WHAT IS BEING ASKED >>
From the records below, print exactly the lines starting at the one containing "v 12.7 -203.2 -50.8" and ending at the one containing "v 12.7 -193.917 28.121", ends included, and nothing else.

[Start of Attachment]

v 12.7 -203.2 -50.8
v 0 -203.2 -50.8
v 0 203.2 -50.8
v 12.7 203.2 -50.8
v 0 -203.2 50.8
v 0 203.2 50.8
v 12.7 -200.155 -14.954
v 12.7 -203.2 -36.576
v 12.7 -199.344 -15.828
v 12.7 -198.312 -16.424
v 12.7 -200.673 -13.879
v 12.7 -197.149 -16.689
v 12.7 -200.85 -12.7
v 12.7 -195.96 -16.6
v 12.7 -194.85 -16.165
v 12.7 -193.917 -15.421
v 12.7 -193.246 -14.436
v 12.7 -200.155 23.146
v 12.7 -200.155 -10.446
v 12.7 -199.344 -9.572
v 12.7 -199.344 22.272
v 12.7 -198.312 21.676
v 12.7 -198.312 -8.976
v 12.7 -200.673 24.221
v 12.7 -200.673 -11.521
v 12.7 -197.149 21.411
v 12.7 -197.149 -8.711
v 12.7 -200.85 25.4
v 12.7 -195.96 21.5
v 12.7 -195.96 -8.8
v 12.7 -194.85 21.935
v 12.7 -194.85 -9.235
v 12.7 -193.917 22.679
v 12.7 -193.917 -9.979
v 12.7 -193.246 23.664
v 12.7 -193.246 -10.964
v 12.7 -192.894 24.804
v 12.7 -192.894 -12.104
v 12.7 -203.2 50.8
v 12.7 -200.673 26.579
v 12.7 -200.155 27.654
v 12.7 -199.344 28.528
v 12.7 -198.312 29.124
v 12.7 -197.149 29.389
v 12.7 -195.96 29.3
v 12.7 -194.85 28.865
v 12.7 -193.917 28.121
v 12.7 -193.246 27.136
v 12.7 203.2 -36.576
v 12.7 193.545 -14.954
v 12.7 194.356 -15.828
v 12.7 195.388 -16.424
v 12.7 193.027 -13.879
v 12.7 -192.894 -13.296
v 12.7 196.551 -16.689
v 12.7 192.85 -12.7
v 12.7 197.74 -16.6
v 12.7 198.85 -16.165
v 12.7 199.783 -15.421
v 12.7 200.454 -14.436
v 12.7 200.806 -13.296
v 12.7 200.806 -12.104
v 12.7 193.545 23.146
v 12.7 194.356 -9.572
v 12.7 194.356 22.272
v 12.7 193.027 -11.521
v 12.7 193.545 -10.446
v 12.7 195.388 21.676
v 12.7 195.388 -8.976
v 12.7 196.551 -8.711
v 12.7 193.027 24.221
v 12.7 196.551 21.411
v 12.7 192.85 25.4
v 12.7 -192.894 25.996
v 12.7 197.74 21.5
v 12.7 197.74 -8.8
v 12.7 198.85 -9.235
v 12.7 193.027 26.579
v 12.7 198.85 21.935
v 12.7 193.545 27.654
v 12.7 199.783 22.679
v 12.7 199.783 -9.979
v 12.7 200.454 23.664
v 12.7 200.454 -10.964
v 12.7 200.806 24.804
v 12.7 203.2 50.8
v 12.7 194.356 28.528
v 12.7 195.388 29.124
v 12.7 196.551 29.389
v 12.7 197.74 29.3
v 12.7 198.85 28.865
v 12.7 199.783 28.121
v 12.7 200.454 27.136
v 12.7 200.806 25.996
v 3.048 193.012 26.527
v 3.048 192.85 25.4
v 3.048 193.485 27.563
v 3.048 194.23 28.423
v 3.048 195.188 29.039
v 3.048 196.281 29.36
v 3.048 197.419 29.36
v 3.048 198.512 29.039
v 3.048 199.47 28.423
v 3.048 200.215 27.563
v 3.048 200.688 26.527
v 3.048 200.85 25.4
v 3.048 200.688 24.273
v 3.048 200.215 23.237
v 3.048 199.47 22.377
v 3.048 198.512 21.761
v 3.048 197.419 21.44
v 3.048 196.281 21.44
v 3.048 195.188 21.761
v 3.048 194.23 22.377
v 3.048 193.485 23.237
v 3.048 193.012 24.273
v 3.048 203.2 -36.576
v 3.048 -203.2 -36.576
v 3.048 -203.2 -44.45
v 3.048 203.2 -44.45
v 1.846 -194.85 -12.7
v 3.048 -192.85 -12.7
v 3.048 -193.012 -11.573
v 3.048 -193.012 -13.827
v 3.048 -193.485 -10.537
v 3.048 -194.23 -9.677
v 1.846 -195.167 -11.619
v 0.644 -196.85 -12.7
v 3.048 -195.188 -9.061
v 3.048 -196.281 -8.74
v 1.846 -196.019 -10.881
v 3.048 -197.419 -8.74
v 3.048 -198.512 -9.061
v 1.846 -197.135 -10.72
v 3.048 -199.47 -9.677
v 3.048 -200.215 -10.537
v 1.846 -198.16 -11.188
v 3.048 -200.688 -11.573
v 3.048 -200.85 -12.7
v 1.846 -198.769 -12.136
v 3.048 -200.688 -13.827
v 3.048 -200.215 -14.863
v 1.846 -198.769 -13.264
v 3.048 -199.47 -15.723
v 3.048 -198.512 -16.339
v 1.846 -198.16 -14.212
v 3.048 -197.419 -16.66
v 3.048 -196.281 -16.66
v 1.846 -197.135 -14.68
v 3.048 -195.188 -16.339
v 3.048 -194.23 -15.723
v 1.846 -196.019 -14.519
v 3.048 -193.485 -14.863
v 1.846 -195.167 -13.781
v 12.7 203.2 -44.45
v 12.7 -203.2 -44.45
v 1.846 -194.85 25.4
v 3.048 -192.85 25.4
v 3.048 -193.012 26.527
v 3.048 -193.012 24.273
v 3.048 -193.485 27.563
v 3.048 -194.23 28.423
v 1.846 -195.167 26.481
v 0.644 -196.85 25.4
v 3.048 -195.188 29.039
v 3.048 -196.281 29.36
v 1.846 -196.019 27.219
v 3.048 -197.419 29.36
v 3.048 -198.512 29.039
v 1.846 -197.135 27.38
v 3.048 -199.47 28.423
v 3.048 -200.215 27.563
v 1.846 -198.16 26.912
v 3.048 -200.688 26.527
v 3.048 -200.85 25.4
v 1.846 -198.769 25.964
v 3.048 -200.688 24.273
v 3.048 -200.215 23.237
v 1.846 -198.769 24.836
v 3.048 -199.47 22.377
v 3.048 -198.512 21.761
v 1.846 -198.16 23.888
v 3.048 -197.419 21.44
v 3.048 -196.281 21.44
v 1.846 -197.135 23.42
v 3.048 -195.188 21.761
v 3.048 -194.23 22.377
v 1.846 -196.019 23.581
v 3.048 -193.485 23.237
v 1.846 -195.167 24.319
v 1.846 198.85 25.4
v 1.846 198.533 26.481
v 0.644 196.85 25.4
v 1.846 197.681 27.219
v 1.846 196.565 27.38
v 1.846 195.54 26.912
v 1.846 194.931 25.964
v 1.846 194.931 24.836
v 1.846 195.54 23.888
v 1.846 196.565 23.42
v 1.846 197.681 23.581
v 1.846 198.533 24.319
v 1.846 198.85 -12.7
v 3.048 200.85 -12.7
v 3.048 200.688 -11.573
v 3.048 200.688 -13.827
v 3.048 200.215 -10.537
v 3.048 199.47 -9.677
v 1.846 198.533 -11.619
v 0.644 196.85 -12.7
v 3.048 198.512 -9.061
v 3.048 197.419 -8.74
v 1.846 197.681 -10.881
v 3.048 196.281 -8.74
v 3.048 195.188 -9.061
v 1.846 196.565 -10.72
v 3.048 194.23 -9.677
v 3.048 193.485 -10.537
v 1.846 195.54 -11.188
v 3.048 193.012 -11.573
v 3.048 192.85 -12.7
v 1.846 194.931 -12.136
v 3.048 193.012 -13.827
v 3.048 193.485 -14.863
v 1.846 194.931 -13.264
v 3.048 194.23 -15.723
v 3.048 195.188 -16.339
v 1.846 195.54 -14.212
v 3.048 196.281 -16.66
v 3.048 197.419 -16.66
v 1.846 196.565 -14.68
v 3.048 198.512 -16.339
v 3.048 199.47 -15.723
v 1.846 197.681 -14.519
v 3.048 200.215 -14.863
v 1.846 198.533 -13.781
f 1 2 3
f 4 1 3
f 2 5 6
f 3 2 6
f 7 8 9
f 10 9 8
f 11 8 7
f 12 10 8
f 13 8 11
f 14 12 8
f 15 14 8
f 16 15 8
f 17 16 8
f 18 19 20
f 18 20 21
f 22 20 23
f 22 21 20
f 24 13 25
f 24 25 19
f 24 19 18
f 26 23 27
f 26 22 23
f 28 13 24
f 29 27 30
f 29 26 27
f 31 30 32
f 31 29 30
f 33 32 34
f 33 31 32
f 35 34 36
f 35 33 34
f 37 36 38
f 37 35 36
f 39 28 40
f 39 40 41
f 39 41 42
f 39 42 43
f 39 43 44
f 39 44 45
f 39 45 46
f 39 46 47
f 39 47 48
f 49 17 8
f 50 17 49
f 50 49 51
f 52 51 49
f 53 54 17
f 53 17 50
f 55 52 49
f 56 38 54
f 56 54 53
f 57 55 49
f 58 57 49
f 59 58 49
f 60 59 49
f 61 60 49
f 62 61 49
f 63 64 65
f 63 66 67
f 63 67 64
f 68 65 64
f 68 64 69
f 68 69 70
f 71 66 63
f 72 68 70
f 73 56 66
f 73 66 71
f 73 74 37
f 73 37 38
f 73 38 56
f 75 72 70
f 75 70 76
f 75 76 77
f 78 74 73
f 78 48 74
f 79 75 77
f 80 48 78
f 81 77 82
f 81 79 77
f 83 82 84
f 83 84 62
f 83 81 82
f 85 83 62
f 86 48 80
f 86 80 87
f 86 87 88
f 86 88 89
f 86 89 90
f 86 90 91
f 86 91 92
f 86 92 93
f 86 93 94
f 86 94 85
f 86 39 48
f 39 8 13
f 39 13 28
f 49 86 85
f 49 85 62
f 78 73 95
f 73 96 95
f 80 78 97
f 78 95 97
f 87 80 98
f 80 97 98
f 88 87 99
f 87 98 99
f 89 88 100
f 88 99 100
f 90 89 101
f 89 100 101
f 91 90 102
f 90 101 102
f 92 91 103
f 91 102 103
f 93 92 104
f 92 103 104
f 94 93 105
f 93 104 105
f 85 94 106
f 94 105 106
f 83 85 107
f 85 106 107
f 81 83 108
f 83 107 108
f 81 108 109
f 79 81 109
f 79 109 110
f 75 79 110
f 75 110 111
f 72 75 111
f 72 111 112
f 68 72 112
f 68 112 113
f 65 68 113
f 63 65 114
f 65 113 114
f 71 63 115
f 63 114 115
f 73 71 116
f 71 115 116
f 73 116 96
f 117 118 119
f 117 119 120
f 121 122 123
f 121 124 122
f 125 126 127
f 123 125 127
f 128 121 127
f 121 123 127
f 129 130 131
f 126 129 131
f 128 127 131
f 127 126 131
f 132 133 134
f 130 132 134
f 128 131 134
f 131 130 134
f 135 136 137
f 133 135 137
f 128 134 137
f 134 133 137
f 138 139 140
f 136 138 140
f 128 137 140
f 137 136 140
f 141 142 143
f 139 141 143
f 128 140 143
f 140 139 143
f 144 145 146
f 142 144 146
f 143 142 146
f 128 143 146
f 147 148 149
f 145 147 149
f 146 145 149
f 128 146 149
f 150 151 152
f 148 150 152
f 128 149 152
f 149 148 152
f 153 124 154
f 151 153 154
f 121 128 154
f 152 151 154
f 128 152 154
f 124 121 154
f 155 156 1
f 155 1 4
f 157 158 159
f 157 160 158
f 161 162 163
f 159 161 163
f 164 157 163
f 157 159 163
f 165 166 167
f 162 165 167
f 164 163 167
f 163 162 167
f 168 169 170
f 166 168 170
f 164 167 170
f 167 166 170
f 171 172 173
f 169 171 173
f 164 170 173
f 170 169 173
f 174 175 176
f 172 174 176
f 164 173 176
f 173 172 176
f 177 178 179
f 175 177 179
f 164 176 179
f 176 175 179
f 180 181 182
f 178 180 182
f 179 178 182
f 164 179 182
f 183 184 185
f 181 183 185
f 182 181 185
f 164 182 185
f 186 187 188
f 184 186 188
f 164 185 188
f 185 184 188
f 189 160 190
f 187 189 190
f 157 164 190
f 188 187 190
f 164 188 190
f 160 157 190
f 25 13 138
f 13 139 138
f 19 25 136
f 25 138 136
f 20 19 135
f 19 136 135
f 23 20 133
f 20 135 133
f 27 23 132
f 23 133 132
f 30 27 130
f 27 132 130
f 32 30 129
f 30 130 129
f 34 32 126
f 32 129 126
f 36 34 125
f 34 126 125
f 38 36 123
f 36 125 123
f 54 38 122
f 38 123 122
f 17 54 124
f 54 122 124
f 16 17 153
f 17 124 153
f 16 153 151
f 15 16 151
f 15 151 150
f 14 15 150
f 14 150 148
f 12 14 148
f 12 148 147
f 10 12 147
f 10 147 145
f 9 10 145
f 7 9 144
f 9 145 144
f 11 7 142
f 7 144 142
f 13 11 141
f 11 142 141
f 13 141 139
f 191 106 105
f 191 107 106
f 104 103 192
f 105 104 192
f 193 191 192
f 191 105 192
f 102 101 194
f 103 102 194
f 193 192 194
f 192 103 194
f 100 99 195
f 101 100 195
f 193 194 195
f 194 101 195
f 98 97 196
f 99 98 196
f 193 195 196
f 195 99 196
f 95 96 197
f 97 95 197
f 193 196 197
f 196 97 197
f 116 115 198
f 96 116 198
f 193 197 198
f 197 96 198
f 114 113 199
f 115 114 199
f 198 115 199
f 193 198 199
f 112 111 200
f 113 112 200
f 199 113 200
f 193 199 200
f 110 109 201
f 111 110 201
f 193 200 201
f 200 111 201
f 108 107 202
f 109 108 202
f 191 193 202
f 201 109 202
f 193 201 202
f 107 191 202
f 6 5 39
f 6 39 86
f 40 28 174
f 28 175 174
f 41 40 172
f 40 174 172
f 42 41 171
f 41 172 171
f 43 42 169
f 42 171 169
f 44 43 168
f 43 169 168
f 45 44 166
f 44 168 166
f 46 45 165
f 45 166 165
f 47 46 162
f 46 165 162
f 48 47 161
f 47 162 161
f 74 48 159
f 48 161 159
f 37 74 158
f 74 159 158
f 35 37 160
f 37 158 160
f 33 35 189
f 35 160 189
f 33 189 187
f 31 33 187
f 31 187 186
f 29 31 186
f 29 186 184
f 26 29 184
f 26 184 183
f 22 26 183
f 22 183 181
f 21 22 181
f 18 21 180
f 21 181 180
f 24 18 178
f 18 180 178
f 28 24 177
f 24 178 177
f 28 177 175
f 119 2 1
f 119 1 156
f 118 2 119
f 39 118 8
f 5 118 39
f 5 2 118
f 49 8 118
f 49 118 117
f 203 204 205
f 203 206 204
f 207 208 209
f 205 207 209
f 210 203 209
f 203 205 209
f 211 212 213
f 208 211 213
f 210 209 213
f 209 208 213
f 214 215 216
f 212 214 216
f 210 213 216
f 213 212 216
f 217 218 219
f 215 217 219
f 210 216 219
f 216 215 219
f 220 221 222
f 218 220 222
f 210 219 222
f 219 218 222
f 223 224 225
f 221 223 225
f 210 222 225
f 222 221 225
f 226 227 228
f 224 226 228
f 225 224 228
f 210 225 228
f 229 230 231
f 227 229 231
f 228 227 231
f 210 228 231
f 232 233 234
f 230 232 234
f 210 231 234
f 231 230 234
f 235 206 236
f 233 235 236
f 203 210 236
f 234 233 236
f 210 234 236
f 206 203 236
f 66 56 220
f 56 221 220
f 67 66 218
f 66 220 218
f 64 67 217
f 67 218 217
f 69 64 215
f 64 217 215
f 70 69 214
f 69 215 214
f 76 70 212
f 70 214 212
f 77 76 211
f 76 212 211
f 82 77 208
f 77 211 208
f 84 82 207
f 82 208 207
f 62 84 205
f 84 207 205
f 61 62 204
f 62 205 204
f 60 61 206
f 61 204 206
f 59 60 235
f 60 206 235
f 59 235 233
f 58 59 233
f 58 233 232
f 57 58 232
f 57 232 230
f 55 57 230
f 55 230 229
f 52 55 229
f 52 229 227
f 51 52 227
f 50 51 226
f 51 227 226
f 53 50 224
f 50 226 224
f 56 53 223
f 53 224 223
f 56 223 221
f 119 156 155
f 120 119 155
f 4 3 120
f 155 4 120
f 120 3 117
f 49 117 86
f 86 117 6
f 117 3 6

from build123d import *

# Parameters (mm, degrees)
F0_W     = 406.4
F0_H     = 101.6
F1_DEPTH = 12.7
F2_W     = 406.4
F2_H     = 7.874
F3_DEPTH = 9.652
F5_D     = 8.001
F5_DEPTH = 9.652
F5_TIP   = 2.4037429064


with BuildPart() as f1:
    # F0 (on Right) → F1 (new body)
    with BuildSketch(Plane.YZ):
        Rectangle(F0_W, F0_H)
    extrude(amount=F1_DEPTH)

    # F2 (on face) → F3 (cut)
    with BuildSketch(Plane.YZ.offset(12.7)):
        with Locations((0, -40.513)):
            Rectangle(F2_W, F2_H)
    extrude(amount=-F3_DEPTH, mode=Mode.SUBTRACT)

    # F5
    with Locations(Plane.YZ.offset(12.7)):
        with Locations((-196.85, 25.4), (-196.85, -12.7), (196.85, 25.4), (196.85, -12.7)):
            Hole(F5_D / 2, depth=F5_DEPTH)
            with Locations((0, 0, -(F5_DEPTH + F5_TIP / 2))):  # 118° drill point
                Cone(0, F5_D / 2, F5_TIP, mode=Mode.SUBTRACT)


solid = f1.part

[End of Attachment]
[Start of Attachment]

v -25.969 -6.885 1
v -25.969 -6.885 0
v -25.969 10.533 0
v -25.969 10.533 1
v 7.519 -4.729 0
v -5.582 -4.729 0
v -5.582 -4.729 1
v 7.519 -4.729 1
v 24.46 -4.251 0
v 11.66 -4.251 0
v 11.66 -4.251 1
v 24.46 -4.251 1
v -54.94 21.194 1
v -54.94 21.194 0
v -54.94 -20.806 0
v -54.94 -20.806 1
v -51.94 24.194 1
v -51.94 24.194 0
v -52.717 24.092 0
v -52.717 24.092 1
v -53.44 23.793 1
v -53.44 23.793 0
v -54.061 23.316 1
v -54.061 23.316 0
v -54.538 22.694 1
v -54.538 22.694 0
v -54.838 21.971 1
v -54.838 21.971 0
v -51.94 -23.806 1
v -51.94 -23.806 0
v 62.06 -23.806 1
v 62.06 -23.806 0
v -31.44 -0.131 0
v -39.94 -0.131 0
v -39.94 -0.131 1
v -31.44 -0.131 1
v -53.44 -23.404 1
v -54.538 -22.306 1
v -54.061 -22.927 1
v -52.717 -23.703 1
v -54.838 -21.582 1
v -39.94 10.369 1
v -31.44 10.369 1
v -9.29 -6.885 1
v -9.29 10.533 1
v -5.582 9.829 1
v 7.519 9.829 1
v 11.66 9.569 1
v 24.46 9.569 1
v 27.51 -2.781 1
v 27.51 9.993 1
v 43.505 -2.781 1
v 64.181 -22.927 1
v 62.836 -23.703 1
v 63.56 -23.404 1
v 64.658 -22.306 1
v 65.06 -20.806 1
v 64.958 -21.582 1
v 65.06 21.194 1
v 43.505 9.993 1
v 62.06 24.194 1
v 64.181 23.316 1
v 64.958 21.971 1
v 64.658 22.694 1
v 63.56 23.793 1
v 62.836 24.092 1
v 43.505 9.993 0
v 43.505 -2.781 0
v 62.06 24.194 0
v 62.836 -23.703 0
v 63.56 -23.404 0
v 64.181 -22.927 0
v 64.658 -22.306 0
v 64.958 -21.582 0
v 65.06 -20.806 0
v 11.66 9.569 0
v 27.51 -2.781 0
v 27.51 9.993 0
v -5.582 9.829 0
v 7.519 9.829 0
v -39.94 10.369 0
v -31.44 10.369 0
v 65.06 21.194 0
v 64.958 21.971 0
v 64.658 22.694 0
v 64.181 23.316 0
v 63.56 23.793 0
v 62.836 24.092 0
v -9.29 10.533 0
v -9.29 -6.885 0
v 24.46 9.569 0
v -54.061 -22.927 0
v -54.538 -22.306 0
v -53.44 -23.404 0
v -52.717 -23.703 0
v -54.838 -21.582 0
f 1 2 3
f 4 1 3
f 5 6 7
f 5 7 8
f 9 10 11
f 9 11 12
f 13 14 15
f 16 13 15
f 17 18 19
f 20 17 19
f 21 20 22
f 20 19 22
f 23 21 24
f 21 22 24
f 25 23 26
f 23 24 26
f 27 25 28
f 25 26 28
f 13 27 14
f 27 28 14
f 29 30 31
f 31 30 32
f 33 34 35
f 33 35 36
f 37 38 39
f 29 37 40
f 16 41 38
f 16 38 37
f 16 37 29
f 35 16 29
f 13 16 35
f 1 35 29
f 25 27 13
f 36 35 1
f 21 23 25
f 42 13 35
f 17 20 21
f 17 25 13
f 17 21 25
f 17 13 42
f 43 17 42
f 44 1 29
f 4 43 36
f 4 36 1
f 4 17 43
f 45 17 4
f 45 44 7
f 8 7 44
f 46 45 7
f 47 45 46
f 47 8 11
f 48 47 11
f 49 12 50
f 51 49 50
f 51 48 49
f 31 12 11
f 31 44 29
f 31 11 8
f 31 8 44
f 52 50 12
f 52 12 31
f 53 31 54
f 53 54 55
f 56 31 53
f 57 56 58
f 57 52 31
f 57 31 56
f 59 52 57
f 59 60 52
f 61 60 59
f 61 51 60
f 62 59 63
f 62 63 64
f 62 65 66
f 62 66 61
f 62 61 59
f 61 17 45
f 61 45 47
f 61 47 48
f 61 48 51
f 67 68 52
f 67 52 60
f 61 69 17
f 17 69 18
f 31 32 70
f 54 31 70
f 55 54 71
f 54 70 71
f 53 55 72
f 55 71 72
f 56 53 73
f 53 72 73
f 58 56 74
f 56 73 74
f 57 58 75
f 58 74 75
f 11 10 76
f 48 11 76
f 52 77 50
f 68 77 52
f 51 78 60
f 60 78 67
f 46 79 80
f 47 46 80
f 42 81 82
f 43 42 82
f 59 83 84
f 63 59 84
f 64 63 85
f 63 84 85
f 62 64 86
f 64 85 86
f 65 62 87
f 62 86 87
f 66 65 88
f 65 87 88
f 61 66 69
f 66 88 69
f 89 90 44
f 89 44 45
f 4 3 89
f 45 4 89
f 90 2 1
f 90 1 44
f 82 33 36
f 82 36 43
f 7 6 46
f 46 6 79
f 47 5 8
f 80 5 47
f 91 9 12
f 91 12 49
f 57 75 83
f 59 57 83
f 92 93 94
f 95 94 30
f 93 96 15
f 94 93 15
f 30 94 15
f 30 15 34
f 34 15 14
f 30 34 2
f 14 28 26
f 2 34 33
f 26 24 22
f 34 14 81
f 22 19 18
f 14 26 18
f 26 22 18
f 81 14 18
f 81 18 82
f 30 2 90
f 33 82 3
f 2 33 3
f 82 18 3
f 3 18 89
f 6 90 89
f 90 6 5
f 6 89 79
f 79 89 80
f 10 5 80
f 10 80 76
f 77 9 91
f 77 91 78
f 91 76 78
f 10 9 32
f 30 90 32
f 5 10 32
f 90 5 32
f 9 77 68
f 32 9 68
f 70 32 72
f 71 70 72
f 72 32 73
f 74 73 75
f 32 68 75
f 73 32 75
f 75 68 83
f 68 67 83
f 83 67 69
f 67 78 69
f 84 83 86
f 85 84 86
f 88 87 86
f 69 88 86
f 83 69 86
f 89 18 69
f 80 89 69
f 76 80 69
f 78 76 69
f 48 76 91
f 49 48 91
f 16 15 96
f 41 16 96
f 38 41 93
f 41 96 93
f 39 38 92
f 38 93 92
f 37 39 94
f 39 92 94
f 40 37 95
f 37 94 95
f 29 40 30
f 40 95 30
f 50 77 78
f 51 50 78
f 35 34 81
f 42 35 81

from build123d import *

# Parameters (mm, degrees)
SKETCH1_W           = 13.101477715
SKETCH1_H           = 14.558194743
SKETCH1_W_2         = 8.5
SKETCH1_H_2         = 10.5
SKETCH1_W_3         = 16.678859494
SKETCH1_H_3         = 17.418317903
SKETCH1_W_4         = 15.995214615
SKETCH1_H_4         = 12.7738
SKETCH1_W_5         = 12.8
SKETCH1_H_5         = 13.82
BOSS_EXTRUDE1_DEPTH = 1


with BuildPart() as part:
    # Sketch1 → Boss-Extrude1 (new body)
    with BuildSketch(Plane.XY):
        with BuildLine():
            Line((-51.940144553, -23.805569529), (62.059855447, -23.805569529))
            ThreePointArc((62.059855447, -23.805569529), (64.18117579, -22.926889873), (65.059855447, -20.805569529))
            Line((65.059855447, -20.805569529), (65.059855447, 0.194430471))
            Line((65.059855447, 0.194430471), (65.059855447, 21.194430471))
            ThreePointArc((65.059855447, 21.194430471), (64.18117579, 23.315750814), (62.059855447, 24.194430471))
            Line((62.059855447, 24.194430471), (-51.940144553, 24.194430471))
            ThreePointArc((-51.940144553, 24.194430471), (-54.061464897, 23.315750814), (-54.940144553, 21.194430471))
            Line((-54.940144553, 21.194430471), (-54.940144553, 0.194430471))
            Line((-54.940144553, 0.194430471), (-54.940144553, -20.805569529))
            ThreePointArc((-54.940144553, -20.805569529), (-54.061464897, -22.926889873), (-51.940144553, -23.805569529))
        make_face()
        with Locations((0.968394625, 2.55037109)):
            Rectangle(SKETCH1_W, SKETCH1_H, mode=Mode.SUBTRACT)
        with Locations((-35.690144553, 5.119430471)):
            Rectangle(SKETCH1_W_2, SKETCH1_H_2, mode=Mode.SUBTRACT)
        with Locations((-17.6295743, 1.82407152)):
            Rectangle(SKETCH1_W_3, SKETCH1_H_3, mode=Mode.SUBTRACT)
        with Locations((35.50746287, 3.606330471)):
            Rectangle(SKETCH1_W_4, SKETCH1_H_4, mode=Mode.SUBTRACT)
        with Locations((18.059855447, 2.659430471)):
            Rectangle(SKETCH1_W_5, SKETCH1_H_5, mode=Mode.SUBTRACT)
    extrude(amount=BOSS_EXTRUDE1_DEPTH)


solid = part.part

[End of Attachment]

ANSWER TO THE EXERCISE >>
v 12.7 -203.2 -50.8
v 0 -203.2 -50.8
v 0 203.2 -50.8
v 12.7 203.2 -50.8
v 0 -203.2 50.8
v 0 203.2 50.8
v 12.7 -200.155 -14.954
v 12.7 -203.2 -36.576
v 12.7 -199.344 -15.828
v 12.7 -198.312 -16.424
v 12.7 -200.673 -13.879
v 12.7 -197.149 -16.689
v 12.7 -200.85 -12.7
v 12.7 -195.96 -16.6
v 12.7 -194.85 -16.165
v 12.7 -193.917 -15.421
v 12.7 -193.246 -14.436
v 12.7 -200.155 23.146
v 12.7 -200.155 -10.446
v 12.7 -199.344 -9.572
v 12.7 -199.344 22.272
v 12.7 -198.312 21.676
v 12.7 -198.312 -8.976
v 12.7 -200.673 24.221
v 12.7 -200.673 -11.521
v 12.7 -197.149 21.411
v 12.7 -197.149 -8.711
v 12.7 -200.85 25.4
v 12.7 -195.96 21.5
v 12.7 -195.96 -8.8
v 12.7 -194.85 21.935
v 12.7 -194.85 -9.235
v 12.7 -193.917 22.679
v 12.7 -193.917 -9.979
v 12.7 -193.246 23.664
v 12.7 -193.246 -10.964
v 12.7 -192.894 24.804
v 12.7 -192.894 -12.104
v 12.7 -203.2 50.8
v 12.7 -200.673 26.579
v 12.7 -200.155 27.654
v 12.7 -199.344 28.528
v 12.7 -198.312 29.124
v 12.7 -197.149 29.389
v 12.7 -195.96 29.3
v 12.7 -194.85 28.865
v 12.7 -193.917 28.121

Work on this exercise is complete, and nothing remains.